# Aim of the exercise:
In the data below, find each line containing the string "PLANE" and return it.

# Records for the task:
========
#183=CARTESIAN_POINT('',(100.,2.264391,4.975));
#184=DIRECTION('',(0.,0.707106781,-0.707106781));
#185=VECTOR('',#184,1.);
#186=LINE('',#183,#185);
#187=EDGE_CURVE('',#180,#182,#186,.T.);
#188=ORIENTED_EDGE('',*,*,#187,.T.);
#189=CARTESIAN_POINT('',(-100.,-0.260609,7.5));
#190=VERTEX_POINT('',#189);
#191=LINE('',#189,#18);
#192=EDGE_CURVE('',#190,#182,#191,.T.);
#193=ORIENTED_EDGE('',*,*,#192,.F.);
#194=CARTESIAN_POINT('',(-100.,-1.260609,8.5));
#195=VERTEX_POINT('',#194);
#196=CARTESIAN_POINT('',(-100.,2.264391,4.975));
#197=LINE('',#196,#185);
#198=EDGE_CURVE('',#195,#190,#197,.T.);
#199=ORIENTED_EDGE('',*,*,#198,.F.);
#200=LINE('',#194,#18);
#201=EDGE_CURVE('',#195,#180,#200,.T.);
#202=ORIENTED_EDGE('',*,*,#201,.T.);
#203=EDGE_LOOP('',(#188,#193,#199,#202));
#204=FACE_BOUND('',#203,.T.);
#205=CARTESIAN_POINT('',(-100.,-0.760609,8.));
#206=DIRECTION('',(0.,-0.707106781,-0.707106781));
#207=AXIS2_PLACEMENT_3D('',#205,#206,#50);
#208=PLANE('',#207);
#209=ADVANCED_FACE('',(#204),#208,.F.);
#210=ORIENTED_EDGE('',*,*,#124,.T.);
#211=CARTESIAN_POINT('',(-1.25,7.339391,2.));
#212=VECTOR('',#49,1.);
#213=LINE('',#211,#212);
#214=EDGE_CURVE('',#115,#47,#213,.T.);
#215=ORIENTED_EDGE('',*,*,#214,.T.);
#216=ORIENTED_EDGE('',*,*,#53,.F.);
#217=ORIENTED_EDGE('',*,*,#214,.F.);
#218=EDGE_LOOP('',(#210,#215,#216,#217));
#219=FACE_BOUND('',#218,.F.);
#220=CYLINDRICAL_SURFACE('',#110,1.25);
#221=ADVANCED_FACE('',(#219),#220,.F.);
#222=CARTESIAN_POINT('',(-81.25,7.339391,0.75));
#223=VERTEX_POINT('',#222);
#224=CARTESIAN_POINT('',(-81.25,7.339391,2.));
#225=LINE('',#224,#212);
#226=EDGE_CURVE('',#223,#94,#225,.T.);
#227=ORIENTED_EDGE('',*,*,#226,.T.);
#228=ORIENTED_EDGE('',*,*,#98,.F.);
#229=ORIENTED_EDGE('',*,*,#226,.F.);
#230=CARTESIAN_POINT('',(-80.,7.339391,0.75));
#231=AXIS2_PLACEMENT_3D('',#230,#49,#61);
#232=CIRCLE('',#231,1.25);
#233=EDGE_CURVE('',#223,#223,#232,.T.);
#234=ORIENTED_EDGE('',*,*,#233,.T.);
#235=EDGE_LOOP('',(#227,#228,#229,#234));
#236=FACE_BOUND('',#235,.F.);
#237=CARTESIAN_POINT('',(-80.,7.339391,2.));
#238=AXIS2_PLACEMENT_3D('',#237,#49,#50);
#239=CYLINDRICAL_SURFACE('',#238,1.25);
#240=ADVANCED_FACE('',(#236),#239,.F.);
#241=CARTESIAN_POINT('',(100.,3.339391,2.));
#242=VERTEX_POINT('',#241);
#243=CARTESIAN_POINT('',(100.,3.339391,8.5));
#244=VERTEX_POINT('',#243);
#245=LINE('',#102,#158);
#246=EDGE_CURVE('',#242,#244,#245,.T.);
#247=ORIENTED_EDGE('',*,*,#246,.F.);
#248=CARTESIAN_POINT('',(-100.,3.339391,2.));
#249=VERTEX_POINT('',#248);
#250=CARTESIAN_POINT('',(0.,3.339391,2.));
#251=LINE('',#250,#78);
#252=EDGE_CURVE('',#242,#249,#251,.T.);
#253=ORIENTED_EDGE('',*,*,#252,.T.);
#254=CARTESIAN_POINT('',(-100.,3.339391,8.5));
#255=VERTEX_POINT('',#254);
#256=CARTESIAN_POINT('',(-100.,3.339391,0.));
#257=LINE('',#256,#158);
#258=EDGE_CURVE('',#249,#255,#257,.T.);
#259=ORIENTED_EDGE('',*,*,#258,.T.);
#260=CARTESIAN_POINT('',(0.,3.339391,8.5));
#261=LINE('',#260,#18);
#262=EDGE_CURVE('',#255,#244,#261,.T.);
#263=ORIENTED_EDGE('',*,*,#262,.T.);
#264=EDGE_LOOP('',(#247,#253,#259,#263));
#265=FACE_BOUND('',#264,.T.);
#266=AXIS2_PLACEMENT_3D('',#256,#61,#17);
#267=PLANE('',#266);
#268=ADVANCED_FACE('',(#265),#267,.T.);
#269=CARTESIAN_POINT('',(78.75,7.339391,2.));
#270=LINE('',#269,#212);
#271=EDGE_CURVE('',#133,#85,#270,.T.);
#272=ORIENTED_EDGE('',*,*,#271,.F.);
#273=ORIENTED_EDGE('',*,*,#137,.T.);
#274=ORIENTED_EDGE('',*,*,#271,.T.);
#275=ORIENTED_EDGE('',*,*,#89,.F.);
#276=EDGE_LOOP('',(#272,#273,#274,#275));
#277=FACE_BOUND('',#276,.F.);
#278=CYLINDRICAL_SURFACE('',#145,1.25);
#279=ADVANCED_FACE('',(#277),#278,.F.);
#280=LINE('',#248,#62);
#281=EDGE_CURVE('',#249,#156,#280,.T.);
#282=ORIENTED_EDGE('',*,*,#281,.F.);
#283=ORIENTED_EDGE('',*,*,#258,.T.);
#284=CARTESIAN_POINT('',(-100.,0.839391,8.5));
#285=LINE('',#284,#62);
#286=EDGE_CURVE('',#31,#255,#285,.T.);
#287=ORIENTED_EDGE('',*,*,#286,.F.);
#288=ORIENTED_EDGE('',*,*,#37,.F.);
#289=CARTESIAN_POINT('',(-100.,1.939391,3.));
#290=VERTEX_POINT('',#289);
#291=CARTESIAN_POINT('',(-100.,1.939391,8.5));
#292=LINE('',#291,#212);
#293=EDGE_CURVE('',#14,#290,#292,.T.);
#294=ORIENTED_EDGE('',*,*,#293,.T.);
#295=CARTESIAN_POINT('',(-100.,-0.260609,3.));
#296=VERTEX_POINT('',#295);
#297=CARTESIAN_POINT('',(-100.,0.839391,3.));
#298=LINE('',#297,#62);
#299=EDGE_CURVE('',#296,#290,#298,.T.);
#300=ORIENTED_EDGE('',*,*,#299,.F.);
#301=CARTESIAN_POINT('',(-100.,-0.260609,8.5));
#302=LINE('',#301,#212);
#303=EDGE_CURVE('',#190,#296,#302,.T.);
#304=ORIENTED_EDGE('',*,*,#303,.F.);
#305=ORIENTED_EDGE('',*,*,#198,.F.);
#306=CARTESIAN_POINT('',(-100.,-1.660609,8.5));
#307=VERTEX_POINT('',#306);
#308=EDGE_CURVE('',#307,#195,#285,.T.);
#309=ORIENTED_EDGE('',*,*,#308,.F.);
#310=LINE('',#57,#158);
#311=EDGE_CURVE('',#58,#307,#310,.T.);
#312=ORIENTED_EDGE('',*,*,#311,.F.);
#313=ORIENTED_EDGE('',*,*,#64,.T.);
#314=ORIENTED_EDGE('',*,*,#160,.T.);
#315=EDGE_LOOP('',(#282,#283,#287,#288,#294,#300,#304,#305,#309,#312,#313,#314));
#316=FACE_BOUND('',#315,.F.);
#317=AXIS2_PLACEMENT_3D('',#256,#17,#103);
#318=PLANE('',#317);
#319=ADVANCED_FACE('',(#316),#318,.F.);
========
# Written answer:
#208=PLANE('',#207);
#267=PLANE('',#266);
#318=PLANE('',#317);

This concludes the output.